(Records contained in a dataset)
|---|
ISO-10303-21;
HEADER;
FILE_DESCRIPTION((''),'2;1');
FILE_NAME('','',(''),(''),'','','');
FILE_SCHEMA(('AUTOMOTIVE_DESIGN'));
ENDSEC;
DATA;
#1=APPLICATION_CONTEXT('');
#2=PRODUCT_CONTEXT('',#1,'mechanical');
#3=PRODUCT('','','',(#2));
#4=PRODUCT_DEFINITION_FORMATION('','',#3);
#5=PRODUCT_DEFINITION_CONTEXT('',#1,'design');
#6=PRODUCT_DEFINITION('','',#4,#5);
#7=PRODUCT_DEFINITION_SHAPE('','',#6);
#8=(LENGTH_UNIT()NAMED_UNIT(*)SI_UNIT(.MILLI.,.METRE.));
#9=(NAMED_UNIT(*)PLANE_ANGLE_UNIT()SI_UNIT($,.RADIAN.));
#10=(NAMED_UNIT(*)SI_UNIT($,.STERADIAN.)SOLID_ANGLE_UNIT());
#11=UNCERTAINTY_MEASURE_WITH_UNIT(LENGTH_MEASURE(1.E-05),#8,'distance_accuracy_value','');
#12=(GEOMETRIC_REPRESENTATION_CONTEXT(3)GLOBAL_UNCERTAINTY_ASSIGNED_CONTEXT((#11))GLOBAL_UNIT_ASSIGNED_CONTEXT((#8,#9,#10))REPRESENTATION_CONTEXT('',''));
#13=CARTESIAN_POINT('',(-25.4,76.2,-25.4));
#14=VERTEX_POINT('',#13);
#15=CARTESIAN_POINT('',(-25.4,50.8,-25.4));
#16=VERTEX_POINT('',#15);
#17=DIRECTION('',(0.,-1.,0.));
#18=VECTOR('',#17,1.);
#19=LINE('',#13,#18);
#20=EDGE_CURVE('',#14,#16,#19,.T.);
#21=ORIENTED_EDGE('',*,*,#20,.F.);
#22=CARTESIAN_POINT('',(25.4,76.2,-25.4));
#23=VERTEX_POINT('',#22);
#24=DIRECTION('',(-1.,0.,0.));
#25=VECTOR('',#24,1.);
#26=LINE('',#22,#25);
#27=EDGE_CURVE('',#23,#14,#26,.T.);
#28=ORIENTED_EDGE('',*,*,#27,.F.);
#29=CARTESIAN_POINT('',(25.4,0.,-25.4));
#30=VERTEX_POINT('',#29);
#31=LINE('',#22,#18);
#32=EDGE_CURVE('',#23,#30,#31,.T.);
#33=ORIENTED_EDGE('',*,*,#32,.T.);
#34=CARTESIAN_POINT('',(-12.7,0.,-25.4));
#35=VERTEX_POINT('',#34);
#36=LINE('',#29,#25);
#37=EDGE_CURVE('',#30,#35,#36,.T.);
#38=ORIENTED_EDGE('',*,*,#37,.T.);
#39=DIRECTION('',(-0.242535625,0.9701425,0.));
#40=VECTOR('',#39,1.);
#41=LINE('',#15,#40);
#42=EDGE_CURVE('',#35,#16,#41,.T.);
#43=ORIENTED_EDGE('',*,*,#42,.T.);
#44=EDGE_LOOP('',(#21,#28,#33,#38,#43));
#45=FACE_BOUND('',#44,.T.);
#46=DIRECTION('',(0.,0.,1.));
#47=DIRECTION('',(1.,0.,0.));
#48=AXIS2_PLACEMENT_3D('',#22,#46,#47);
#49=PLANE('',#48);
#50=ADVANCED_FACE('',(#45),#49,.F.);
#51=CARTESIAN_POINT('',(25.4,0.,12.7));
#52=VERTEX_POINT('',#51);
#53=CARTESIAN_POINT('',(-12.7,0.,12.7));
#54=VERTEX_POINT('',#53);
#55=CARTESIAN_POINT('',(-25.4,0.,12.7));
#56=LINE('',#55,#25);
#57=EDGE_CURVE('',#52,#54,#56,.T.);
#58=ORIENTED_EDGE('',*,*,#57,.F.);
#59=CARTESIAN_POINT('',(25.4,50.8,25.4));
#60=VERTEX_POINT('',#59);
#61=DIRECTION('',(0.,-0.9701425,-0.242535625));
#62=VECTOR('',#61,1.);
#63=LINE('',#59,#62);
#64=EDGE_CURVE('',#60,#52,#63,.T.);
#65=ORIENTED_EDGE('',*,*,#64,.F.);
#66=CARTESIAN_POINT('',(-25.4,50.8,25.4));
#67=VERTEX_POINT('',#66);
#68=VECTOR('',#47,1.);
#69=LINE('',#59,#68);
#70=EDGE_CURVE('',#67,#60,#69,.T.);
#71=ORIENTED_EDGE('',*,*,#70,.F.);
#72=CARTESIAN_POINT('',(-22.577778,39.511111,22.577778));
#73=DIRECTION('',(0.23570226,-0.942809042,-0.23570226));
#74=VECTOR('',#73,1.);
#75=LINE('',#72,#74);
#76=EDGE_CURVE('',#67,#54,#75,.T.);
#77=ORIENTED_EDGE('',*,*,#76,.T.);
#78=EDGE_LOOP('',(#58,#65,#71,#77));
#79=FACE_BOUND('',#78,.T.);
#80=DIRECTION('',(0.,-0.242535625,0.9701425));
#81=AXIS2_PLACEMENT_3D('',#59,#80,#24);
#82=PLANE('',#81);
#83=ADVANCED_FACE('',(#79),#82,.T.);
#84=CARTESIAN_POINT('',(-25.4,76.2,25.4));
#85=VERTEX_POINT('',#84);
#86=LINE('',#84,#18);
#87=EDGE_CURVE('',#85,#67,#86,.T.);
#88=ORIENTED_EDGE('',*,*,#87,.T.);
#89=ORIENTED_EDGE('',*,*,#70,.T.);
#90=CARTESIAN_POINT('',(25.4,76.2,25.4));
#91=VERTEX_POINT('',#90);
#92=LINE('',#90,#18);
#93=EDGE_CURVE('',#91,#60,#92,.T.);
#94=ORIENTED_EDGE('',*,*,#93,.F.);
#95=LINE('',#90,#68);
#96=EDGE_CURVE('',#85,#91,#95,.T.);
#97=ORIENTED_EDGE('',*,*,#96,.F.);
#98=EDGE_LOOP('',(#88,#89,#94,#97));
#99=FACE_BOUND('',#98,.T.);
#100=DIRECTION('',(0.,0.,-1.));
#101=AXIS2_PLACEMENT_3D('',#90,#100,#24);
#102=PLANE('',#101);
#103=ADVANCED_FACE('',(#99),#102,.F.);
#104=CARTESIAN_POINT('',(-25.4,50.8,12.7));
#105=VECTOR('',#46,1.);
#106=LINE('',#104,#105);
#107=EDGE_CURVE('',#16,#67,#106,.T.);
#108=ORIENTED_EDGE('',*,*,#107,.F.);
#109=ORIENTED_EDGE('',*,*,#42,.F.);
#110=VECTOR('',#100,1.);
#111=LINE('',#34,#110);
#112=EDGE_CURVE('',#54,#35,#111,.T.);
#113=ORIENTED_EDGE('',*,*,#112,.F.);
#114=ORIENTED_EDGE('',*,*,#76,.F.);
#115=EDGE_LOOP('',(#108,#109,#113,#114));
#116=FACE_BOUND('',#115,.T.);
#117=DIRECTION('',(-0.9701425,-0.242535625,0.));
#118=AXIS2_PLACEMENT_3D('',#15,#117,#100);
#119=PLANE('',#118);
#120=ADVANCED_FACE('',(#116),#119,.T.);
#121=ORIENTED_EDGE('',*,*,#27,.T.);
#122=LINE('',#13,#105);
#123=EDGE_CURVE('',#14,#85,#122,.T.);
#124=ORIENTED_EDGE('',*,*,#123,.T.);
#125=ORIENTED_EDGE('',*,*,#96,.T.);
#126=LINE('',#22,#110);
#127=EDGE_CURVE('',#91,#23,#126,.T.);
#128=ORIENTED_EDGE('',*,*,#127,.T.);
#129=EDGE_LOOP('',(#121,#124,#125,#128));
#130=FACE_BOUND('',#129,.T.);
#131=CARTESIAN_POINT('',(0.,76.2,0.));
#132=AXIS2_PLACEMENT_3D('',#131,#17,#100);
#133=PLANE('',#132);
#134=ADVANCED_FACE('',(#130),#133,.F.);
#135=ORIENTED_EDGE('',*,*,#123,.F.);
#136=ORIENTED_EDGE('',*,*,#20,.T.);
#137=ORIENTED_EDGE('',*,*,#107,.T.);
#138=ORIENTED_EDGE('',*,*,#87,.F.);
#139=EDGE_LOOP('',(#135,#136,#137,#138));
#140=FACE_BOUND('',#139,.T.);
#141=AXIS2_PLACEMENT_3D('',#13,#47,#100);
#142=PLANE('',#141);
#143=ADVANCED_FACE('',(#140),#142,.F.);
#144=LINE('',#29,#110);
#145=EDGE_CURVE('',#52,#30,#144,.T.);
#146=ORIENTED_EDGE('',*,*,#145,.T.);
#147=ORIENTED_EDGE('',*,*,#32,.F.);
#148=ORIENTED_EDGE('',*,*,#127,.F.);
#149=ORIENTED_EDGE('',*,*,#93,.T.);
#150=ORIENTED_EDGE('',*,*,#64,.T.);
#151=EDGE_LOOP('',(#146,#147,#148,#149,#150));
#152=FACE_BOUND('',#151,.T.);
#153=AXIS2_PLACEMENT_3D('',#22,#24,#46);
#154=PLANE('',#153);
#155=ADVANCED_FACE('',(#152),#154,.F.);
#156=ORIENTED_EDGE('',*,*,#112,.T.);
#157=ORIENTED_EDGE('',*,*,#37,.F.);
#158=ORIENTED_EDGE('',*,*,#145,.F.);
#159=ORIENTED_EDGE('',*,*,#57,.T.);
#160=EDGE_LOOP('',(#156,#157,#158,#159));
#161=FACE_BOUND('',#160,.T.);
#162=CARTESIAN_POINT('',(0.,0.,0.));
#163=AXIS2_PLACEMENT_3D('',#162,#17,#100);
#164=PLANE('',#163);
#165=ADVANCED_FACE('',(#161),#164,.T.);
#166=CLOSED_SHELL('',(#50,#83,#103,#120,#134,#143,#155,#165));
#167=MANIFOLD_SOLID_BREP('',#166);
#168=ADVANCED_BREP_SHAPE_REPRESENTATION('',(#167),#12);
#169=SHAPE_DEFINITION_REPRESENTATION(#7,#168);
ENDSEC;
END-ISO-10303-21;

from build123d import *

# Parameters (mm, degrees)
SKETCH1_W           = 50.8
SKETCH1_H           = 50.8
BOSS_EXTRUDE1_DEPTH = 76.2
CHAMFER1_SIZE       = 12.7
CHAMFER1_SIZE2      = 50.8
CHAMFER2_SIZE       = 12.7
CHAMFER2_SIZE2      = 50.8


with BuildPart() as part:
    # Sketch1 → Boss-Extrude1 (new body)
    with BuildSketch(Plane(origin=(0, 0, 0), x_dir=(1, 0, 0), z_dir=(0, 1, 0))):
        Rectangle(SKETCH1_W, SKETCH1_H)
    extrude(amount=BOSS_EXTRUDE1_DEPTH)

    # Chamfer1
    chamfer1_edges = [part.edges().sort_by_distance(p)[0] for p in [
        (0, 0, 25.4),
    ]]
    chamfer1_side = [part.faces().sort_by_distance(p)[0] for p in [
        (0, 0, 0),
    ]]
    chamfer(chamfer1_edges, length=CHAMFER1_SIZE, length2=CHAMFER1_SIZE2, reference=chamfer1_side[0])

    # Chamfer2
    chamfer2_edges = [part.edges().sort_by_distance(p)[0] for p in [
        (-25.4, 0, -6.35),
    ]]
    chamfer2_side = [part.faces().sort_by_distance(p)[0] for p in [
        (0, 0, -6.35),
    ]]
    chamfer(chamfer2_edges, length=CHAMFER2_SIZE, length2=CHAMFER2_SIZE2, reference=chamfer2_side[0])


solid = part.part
|---|
Starting with the line with "#81=AXIS2_PLACEMENT_3D('',#59,#80,#24);" above and going on through the line with "#97=ORIENTED_EDGE('',*,*,#96,.F.);", transcribe every line exactly, both ends included, and add nothing.

#81=AXIS2_PLACEMENT_3D('',#59,#80,#24);
#82=PLANE('',#81);
#83=ADVANCED_FACE('',(#79),#82,.T.);
#84=CARTESIAN_POINT('',(-25.4,76.2,25.4));
#85=VERTEX_POINT('',#84);
#86=LINE('',#84,#18);
#87=EDGE_CURVE('',#85,#67,#86,.T.);
#88=ORIENTED_EDGE('',*,*,#87,.T.);
#89=ORIENTED_EDGE('',*,*,#70,.T.);
#90=CARTESIAN_POINT('',(25.4,76.2,25.4));
#91=VERTEX_POINT('',#90);
#92=LINE('',#90,#18);
#93=EDGE_CURVE('',#91,#60,#92,.T.);
#94=ORIENTED_EDGE('',*,*,#93,.F.);
#95=LINE('',#90,#68);
#96=EDGE_CURVE('',#85,#91,#95,.T.);
#97=ORIENTED_EDGE('',*,*,#96,.F.);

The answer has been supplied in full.